Part of the answer must lie in terms of visibility – or lack of visibility. How do you show that you avoided all those people from drowning, through improved water safety; or from falling off a cliff, through enhanced barriers and signage; or from car accidents, by reducing speed limits and better public awareness campaigns? Similarly, how do you communicate that families and people who were facing the prospect of homelessness had their tenancies protected? How do you explain such an absence - without losing your audience?

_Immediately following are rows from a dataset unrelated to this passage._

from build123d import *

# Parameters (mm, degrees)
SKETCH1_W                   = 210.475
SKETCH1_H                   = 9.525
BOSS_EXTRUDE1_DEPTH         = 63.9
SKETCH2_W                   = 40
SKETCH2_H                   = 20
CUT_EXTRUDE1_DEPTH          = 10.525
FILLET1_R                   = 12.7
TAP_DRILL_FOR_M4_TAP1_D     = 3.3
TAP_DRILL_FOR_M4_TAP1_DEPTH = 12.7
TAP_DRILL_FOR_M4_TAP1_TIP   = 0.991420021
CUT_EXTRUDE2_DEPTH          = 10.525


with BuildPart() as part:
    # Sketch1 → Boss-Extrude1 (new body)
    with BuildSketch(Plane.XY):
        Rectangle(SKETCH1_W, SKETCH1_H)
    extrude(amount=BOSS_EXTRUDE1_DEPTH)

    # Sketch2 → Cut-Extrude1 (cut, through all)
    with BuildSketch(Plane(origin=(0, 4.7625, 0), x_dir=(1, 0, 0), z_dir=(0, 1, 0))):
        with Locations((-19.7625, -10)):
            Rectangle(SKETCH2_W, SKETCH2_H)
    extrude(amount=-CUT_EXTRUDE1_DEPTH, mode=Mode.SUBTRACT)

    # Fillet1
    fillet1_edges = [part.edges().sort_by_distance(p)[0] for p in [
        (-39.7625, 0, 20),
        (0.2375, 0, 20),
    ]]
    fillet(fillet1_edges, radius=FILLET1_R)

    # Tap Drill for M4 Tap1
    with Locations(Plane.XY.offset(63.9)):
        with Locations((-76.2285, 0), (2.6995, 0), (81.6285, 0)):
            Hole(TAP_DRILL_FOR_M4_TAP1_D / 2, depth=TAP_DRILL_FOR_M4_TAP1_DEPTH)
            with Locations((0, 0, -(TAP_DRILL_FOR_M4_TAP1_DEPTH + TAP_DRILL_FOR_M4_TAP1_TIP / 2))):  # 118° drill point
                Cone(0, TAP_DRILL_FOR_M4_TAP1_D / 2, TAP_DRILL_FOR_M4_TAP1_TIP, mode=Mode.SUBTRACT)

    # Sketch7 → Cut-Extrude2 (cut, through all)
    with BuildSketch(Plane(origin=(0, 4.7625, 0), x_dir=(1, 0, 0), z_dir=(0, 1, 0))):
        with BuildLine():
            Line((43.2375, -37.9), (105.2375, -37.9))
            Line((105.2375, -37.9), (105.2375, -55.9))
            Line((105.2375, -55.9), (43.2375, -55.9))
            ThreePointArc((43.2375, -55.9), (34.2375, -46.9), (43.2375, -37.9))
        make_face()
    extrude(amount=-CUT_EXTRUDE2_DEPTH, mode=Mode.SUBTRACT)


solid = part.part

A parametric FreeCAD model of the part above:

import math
import FreeCAD as App
import Part
import Sketcher
from FreeCAD import Vector


def edges_at(feature, points):
    """Names of the edges that pass closest to the given points."""
    edges = feature.Shape.Edges
    near = lambda p: min(range(len(edges)), key=lambda i: edges[i].distToShape(Part.Vertex(*p))[0])
    return sorted({f"Edge{near(p) + 1}" for p in points})


def add_polygon(sketch, points):
    """Adds a closed chain of lines whose ends are joined by coincident constraints."""
    first, n = sketch.GeometryCount, len(points)
    for a, b in zip(points, points[1:] + points[:1]):
        sketch.addGeometry(Part.LineSegment(App.Vector(*a, 0), App.Vector(*b, 0)), False)
    for i in range(n):
        sketch.addConstraint(Sketcher.Constraint("Coincident", first + i, 2, first + (i + 1) % n, 1))

doc = App.newDocument("Part")
body = doc.addObject("PartDesign::Body", "Body")

sketch1 = body.newObject("Sketcher::SketchObject", "Sketch")
sketch1.AttachmentSupport = (doc.getObject("XY_Plane"), [""])
sketch1.MapMode = "FlatFace"
add_polygon(sketch1, [(-105, 5), (-105, -5), (105, -5), (105, 5)])
sketch1.addConstraint([
    Sketcher.Constraint("Vertical", 0),
    Sketcher.Constraint("Horizontal", 1),
    Sketcher.Constraint("Vertical", 2),
    Sketcher.Constraint("Horizontal", 3),
    Sketcher.Constraint("Symmetric", 0, 2, 2, 2, -1, 1),
    Sketcher.Constraint("DistanceX", 1, 1, 1, 2, 210.475),
    Sketcher.Constraint("DistanceY", 0, 2, 0, 1, 9.525),
])
pad1 = body.newObject("PartDesign::Pad", "Pad")
pad1.Profile = sketch1
pad1.Length = 63.9

sketch2 = body.newObject("Sketcher::SketchObject", "Sketch001")
sketch2.AttachmentSupport = (doc.getObject("XZ_Plane"), [""])
sketch2.MapMode = "FlatFace"
sketch2.AttachmentOffset = App.Placement(Vector(0, 0, -4.7625), App.Rotation())
add_polygon(sketch2, [(-40, 0), (-40, 20), (0, 20), (0, 0)])
sketch2.addConstraint([
    Sketcher.Constraint("Vertical", 0),
    Sketcher.Constraint("Horizontal", 1),
    Sketcher.Constraint("Vertical", 2),
    Sketcher.Constraint("Horizontal", 3),
    Sketcher.Constraint("PointOnObject", 2, 2, -1),
    Sketcher.Constraint("DistanceX", 1, 1, 1, 2, 40.0),
    Sketcher.Constraint("DistanceY", 0, 1, 0, 2, 20.0),
    Sketcher.Constraint("DistanceX", 0, 2, -1, 1, 39.7625),
])
pocket1 = body.newObject("PartDesign::Pocket", "Pocket")
pocket1.Profile = sketch2
pocket1.Type = "ThroughAll"
pocket1.Reversed = True
doc.recompute()

fillet = body.newObject("PartDesign::Fillet", "Fillet")
fillet.Base = (pocket1, edges_at(pocket1, [(-39.763, 0, 20), (0.237, 0, 20)]))
fillet.Radius = 12.7

sketch3 = body.newObject("Sketcher::SketchObject", "Sketch002")
sketch3.AttachmentSupport = (doc.getObject("XY_Plane"), [""])
sketch3.MapMode = "FlatFace"
sketch3.AttachmentOffset = App.Placement(Vector(0, 0, 63.9), App.Rotation())
sketch3.addGeometry([
    Part.Circle(Vector(-76.2, 0, 0), Vector(0, 0, 1), 1.6),
    Part.Circle(Vector(2.7, 0, 0), Vector(0, 0, 1), 1.6),
    Part.Circle(Vector(81.6, 0, 0), Vector(0, 0, 1), 1.6),
], False)
sketch3.addConstraint([
    Sketcher.Constraint("Equal", 0, 1),
    Sketcher.Constraint("Equal", 1, 2),
    Sketcher.Constraint("PointOnObject", 0, 3, -1),
    Sketcher.Constraint("PointOnObject", 1, 3, -1),
    Sketcher.Constraint("PointOnObject", 2, 3, -1),
    Sketcher.Constraint("Diameter", 0, 3.3),
    Sketcher.Constraint("DistanceX", 0, 3, 1, 3, 78.928),
    Sketcher.Constraint("DistanceX", 1, 3, 2, 3, 78.929),
    Sketcher.Constraint("DistanceX", 0, 3, -1, 1, 76.2285),
])
doc.recompute()
hole = body.newObject("PartDesign::Hole", "Hole")
hole.Profile = sketch3
hole.ThreadType = "None"
hole.Diameter = 3.3
hole.DepthType = "Dimension"
hole.Depth = 12.7
hole.DrillPoint = "Angled"
hole.DrillPointAngle = 118

sketch4 = body.newObject("Sketcher::SketchObject", "Sketch003")
sketch4.AttachmentSupport = (doc.getObject("XZ_Plane"), [""])
sketch4.MapMode = "FlatFace"
sketch4.AttachmentOffset = App.Placement(Vector(0, 0, -4.7625), App.Rotation())
sketch4.addGeometry([
    Part.LineSegment(Vector(105, 38, 0), Vector(43, 38, 0)),
    Part.ArcOfCircle(Part.Circle(Vector(43, 47, 0), Vector(0, 0, 1), 9), math.radians(90), math.radians(270)),
    Part.LineSegment(Vector(43, 56, 0), Vector(105, 56, 0)),
    Part.LineSegment(Vector(105, 56, 0), Vector(105, 38, 0)),
], False)
sketch4.addConstraint([
    Sketcher.Constraint("Tangent", 0, 2, 1, 2),
    Sketcher.Constraint("Tangent", 1, 1, 2, 1),
    Sketcher.Constraint("Coincident", 2, 2, 3, 1),
    Sketcher.Constraint("Coincident", 3, 2, 0, 1),
    Sketcher.Constraint("Horizontal", 0),
    Sketcher.Constraint("Horizontal", 2),
    Sketcher.Constraint("Vertical", 3),
    Sketcher.Constraint("Radius", 1, 9.0),
    Sketcher.Constraint("DistanceX", 0, 2, 0, 1, 62.0),
    Sketcher.Constraint("DistanceY", -1, 1, 1, 3, 46.9),
    Sketcher.Constraint("DistanceX", -1, 1, 1, 3, 43.2375),
])
pocket2 = body.newObject("PartDesign::Pocket", "Pocket001")
pocket2.Profile = sketch4
pocket2.Type = "ThroughAll"
pocket2.Reversed = True

doc.recompute()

The Tenancy Protection Service provided by Threshold has proven to be highly effective in preventing homelessness and keeping people in their home at a time where the cost of renting, and the scarcity of rental accommodation, is proving a massive struggle for many. Through providing advocacy, advice, Residential Tenancy Board representation and our Tenancy Protection Service, Threshold helped an average of 4,376 households to remain in their homes in 2017 – that’s 364 families a month. That’s around 10,000 individual people in the private rented sector that we prevented from homelessness – the same as the number of people currently in emergency accommodation. What’s even more powerful are the stories and testimonies of the people themselves whose homes we’ve saved – but that’s for another blog. These are families who can remain in their communities, keep their children in local schools and access the local services and supports that are part of the everyday fabric of their lives. That’s what we represent through our advice and preventative work. Our challenge is to ensure that we make these success stories – in the face of an extremely difficult rental sector – as visible as possible. That way, renters will know that real, tangible help, through the prevention work of our Tenancy Protection Service, is at hand.